We first compare our architecture with recent sample generation approaches from the literature using the now standard GoogleNet Backbone to ensure all results are fairly comparable. As we can see, MIRAGE obtains very strong results on all datasets. We achieve best performances on Cub-200-2011 and Cars-196, and second best on Stanford Online Products. This shows the importance of combining in class sample generation, like in [Lin_2018_ECCV] with hard sample generation like [Zheng_2019_CVPR], which MIRAGE achieves with a simple architecture.

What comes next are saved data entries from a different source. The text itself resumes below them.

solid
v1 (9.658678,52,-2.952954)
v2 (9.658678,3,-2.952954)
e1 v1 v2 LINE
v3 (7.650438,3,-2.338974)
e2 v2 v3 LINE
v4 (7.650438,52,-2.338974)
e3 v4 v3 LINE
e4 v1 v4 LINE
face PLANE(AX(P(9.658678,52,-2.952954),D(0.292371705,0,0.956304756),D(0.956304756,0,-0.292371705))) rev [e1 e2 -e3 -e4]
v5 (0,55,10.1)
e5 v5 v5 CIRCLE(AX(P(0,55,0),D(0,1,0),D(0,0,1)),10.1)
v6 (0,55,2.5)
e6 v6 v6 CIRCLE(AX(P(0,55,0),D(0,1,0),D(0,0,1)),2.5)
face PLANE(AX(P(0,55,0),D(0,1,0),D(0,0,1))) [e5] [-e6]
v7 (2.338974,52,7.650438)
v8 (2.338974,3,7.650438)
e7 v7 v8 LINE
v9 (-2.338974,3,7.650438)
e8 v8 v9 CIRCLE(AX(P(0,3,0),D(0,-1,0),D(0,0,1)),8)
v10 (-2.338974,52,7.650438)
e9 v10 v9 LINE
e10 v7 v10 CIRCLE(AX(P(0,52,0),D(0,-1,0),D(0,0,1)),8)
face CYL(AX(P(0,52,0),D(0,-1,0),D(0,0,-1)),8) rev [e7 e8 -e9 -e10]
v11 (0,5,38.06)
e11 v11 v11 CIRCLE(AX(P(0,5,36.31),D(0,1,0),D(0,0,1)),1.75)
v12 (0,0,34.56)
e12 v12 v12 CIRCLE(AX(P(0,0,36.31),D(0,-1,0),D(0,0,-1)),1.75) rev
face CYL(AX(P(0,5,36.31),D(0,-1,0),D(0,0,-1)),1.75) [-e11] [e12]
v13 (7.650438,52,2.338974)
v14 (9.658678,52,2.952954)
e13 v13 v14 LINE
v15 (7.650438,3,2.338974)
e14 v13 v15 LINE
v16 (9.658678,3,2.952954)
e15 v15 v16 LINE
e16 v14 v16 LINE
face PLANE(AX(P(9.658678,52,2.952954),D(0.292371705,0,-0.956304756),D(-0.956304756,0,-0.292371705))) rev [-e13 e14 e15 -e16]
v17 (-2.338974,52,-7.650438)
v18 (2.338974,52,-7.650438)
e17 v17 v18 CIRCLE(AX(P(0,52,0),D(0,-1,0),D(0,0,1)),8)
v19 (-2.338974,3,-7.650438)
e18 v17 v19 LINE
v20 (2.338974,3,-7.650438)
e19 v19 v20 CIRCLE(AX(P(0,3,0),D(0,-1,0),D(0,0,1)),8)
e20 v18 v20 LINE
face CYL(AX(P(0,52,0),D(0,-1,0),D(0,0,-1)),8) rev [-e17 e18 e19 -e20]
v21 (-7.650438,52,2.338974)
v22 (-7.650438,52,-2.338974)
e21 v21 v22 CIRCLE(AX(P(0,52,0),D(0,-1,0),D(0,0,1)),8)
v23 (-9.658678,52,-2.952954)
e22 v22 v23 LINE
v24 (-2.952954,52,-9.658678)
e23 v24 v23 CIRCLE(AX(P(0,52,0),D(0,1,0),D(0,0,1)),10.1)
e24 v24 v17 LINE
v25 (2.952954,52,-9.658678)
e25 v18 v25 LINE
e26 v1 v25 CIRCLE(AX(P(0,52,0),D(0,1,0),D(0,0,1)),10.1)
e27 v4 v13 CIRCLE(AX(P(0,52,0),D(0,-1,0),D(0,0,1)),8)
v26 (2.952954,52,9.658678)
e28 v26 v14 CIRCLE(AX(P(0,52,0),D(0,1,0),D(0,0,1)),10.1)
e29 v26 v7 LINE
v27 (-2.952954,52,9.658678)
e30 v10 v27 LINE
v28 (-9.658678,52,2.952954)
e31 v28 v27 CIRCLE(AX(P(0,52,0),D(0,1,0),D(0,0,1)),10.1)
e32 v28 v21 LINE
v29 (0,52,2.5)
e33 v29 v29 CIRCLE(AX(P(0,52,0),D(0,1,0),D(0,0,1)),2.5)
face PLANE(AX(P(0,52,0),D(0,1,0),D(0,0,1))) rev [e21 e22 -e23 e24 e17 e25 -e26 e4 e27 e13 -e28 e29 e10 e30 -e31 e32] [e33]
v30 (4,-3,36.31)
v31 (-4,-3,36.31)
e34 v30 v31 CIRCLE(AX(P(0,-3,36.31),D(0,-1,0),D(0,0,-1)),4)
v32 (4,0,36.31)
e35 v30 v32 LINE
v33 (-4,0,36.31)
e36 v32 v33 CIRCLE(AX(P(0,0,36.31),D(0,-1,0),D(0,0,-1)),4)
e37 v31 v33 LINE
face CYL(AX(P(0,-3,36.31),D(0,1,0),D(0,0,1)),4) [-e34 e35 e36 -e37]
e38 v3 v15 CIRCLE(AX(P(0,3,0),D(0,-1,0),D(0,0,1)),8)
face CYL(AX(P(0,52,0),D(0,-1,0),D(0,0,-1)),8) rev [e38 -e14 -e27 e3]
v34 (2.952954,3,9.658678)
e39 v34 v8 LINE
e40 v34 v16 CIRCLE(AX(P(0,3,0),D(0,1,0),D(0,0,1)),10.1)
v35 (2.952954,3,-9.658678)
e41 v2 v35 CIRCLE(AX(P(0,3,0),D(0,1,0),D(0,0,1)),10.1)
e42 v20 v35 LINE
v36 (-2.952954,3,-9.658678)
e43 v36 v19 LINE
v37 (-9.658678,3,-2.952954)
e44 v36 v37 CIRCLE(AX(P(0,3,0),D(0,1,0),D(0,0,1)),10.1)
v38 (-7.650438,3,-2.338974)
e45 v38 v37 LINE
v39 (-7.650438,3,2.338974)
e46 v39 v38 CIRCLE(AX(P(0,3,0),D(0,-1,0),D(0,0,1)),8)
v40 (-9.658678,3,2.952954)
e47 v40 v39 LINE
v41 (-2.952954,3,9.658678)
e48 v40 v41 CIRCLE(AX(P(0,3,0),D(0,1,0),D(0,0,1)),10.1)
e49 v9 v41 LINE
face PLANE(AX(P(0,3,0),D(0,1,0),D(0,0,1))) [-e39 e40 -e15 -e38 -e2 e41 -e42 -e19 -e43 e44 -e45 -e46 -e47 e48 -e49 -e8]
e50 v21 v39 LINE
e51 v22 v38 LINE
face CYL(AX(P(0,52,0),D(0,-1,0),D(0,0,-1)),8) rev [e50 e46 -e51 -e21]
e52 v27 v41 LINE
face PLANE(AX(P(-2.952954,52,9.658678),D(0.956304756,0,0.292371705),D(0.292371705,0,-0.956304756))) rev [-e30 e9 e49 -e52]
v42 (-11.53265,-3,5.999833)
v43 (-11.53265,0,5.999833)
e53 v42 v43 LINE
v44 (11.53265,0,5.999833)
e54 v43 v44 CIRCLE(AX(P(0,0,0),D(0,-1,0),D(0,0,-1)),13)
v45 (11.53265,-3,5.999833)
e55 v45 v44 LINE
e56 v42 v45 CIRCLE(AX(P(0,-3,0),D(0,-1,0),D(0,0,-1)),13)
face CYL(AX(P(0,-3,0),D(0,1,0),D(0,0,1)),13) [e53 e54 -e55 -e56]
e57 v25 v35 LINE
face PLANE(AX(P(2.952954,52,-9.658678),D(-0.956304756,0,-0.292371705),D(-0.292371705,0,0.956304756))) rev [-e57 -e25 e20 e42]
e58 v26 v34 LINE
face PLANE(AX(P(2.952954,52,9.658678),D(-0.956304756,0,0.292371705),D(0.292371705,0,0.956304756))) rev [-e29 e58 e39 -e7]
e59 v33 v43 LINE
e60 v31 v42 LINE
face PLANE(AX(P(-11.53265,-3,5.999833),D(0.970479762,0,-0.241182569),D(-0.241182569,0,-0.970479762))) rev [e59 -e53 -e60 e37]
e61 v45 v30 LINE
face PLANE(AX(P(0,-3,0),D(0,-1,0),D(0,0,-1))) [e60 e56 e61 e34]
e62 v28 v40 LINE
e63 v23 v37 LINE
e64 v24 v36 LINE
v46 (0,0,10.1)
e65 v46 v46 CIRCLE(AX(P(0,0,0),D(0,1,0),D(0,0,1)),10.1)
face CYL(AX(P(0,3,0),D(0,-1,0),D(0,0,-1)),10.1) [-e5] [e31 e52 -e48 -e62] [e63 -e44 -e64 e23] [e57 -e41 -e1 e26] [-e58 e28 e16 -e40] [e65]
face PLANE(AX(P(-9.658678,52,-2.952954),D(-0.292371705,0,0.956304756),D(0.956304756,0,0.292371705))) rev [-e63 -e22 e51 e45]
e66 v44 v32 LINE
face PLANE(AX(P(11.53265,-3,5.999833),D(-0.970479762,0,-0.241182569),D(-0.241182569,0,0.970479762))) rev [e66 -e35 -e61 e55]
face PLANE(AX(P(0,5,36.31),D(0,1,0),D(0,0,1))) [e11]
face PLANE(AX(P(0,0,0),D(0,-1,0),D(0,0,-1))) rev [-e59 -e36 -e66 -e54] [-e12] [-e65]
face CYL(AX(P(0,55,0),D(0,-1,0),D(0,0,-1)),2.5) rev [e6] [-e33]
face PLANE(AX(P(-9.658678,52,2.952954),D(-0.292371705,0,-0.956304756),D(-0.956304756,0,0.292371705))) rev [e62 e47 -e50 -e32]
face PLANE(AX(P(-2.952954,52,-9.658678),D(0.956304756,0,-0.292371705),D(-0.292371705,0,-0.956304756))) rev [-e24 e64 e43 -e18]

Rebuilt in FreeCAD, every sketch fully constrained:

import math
import FreeCAD as App
import Part
import Sketcher

V = App.Vector
Q = App.Units.Quantity

doc = App.newDocument("Part")
body = doc.addObject("PartDesign::Body", "Body")

# Sketch on XZ plane
sketch1 = body.newObject("Sketcher::SketchObject", "Sketch")
sketch1.AttachmentSupport = (doc.getObject("XZ_Plane"), [""])
sketch1.MapMode = "FlatFace"
sketch1.addGeometry(Part.Circle(V(0, 0, 0), V(0, 0, 1), 10.1), False)
sketch1.addConstraint([
    Sketcher.Constraint("Coincident", 0, 3, -1, 1),
    Sketcher.Constraint("Diameter", 0, Q("20.2 mm")),
])
pad1 = body.newObject("PartDesign::Pad", "Pad")
pad1.Profile = sketch1
pad1.Length = 3
pad1.Reversed = True

# Sketch on XZ plane
sketch2 = body.newObject("Sketcher::SketchObject", "Sketch001")
sketch2.AttachmentSupport = (doc.getObject("XZ_Plane"), [""])
sketch2.MapMode = "FlatFace"
sketch2.AttachmentOffset = App.Placement(V(0, 0, -3), App.Rotation())
sketch2.addGeometry([
    Part.LineSegment(V(-2.952954, -9.658678, 0), V(-2.338974, -7.650438, 0)),  # 0
    Part.ArcOfCircle(Part.Circle(V(0, 0, 0), V(0, 0, 1), 8), math.radians(-107), math.radians(-73)),  # 1
    Part.LineSegment(V(2.338974, -7.650438, 0), V(2.952954, -9.658678, 0)),  # 2
    Part.ArcOfCircle(Part.Circle(V(0, 0, 0), V(0, 0, 1), 10.1), math.radians(-107), math.radians(-73)),  # 3
    Part.LineSegment(V(9.658678, -2.952954, 0), V(7.650438, -2.338974, 0)),  # 4
    Part.ArcOfCircle(Part.Circle(V(0, 0, 0), V(0, 0, 1), 8), math.radians(-17), math.radians(17)),  # 5
    Part.LineSegment(V(7.650438, 2.338974, 0), V(9.658678, 2.952954, 0)),  # 6
    Part.ArcOfCircle(Part.Circle(V(0, 0, 0), V(0, 0, 1), 10.1), math.radians(-17), math.radians(17)),  # 7
    Part.LineSegment(V(2.952954, 9.658678, 0), V(2.338974, 7.650438, 0)),  # 8
    Part.ArcOfCircle(Part.Circle(V(0, 0, 0), V(0, 0, 1), 8), math.radians(73), math.radians(107)),  # 9
    Part.LineSegment(V(-2.338974, 7.650438, 0), V(-2.952954, 9.658678, 0)),  # 10
    Part.ArcOfCircle(Part.Circle(V(0, 0, 0), V(0, 0, 1), 10.1), math.radians(73), math.radians(107)),  # 11
    Part.LineSegment(V(-9.658678, 2.952954, 0), V(-7.650438, 2.338974, 0)),  # 12
    Part.ArcOfCircle(Part.Circle(V(0, 0, 0), V(0, 0, 1), 8), math.radians(163), math.radians(197)),  # 13
    Part.LineSegment(V(-7.650438, -2.338974, 0), V(-9.658678, -2.952954, 0)),  # 14
    Part.ArcOfCircle(Part.Circle(V(0, 0, 0), V(0, 0, 1), 10.1), math.radians(163), math.radians(197)),  # 15
], False)
sketch2.addConstraint([
    Sketcher.Constraint("Coincident", 0, 2, 1, 1),
    Sketcher.Constraint("Coincident", 1, 2, 2, 1),
    Sketcher.Constraint("Coincident", 2, 2, 3, 2),
    Sketcher.Constraint("Coincident", 3, 1, 0, 1),
    Sketcher.Constraint("Coincident", 4, 2, 5, 1),
    Sketcher.Constraint("Coincident", 5, 2, 6, 1),
    Sketcher.Constraint("Coincident", 6, 2, 7, 2),
    Sketcher.Constraint("Coincident", 7, 1, 4, 1),
    Sketcher.Constraint("Coincident", 8, 2, 9, 1),
    Sketcher.Constraint("Coincident", 9, 2, 10, 1),
    Sketcher.Constraint("Coincident", 10, 2, 11, 2),
    Sketcher.Constraint("Coincident", 11, 1, 8, 1),
    Sketcher.Constraint("Coincident", 12, 2, 13, 1),
    Sketcher.Constraint("Coincident", 13, 2, 14, 1),
    Sketcher.Constraint("Coincident", 14, 2, 15, 2),
    Sketcher.Constraint("Coincident", 15, 1, 12, 1),
    Sketcher.Constraint("Coincident", 1, 3, -1, 1),
    Sketcher.Constraint("Coincident", 3, 3, -1, 1),
    Sketcher.Constraint("Coincident", 5, 3, -1, 1),
    Sketcher.Constraint("Coincident", 7, 3, -1, 1),
    Sketcher.Constraint("Coincident", 9, 3, -1, 1),
    Sketcher.Constraint("Coincident", 11, 3, -1, 1),
    Sketcher.Constraint("Coincident", 13, 3, -1, 1),
    Sketcher.Constraint("Coincident", 15, 3, -1, 1),
    Sketcher.Constraint("Equal", 1, 5),
    Sketcher.Constraint("Equal", 3, 7),
    Sketcher.Constraint("Equal", 5, 9),
    Sketcher.Constraint("Equal", 7, 11),
    Sketcher.Constraint("Equal", 9, 13),
    Sketcher.Constraint("Equal", 11, 15),
    Sketcher.Constraint("Perpendicular", 0, 4),
    Sketcher.Constraint("Perpendicular", 2, 6),
    Sketcher.Constraint("Perpendicular", 4, 8),
    Sketcher.Constraint("Perpendicular", 6, 10),
    Sketcher.Constraint("Perpendicular", 8, 12),
    Sketcher.Constraint("Perpendicular", 10, 14),
    Sketcher.Constraint("Horizontal", 0, 2, 1, 2),
    Sketcher.Constraint("Horizontal", 2, 2, 3, 1),
    Sketcher.Constraint("Horizontal", 8, 2, 9, 2),
    Sketcher.Constraint("Horizontal", 5, 2, 12, 2),
    Sketcher.Constraint("Horizontal", 4, 2, 13, 2),
    Sketcher.Constraint("Vertical", 4, 2, 5, 2),
    Sketcher.Constraint("Vertical", 1, 2, 8, 2),
    Sketcher.Constraint("Radius", 1, Q("8 mm")),
    Sketcher.Constraint("Radius", 3, Q("10.1 mm")),
    Sketcher.Constraint("Angle", 0, Q("73 deg")),
    Sketcher.Constraint("DistanceY", 0, 2, -1, 1, Q("7.650438 mm")),
    Sketcher.Constraint("DistanceX", -1, 1, 4, 2, Q("7.650438 mm")),
])
pad2 = body.newObject("PartDesign::Pad", "Pad001")
pad2.Profile = sketch2
pad2.Length = 49
pad2.Reversed = True

# Sketch on XZ plane
sketch3 = body.newObject("Sketcher::SketchObject", "Sketch002")
sketch3.AttachmentSupport = (doc.getObject("XZ_Plane"), [""])
sketch3.MapMode = "FlatFace"
sketch3.AttachmentOffset = App.Placement(V(0, 0, -52), App.Rotation())
sketch3.addGeometry([
    Part.Circle(V(0, 0, 0), V(0, 0, 1), 10.1),
    Part.Circle(V(0, 0, 0), V(0, 0, 1), 2.5),
], False)
sketch3.addConstraint([
    Sketcher.Constraint("Coincident", 0, 3, -1, 1),
    Sketcher.Constraint("Coincident", 1, 3, -1, 1),
    Sketcher.Constraint("Diameter", 1, Q("5 mm")),
    Sketcher.Constraint("Diameter", 0, Q("20.2 mm")),
])
pad3 = body.newObject("PartDesign::Pad", "Pad002")
pad3.Profile = sketch3
pad3.Length = 3
pad3.Reversed = True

In order to compare MIRAGE with recent methods, we also report Recall@K using BN-Inception [Ioffe_2015_ICML] with the same hyper-parameters as the ones used for GoogleNet. MIRAGE obtains strong performances when compared to very recent state-of-the-art methods. On Cub-200-2011, we obtain second best performances, being only 0.4% behind HORDE [Jacob_2019_ICCV]. On Cars-196 and Stanford Online Products, we obtain performances comparable to that of Multi-Similarity loss [Wang_2019_CVPR] and SoftTriplet [Qian_2019_ICCV]. On In-Shop Clothes Retrieval, we obtain results comparable to MS loss [Wang_2019_CVPR] and better than recently proposed D&C [Sanakoyeu_2019_CVPR] and MIC [Roth_2019_ICCV] that use the stronger ResNet50 backbone network. We want to emphasize that the reported results were obtained using the constrastive loss function, and yet bring improvements to the baseline comparable to that of using a much more advance loss function such as [Wang_2019_CVPR], [Qian_2019_ICCV] or [Jacob_2019_ICCV]. We believe this demonstrates the soundness of our approach.
In this paper, we introduce MIRAGE, a generation-based strategy that naturally solves the generation of hard examples. MIRAGE naturally solves the problem of generating incorrectly labeled hard negative examples by relying on a set of virtual class prototypes solely composed of generated examples. Even when the generator produces examples beyond their class manifolds, the presence of virtual classes ensures that the examples are still generated with the correct labels regarding the training classes. We empirically show that MIRAGE outperforms the state-of-the-art mining strategies and leads to competitive results when compared to complementary approaches. This is validated on four deep metric learning datasets named Cub-200-2011, Cars-196, Stanford Online Products and In-Shop Clothes Retrieval.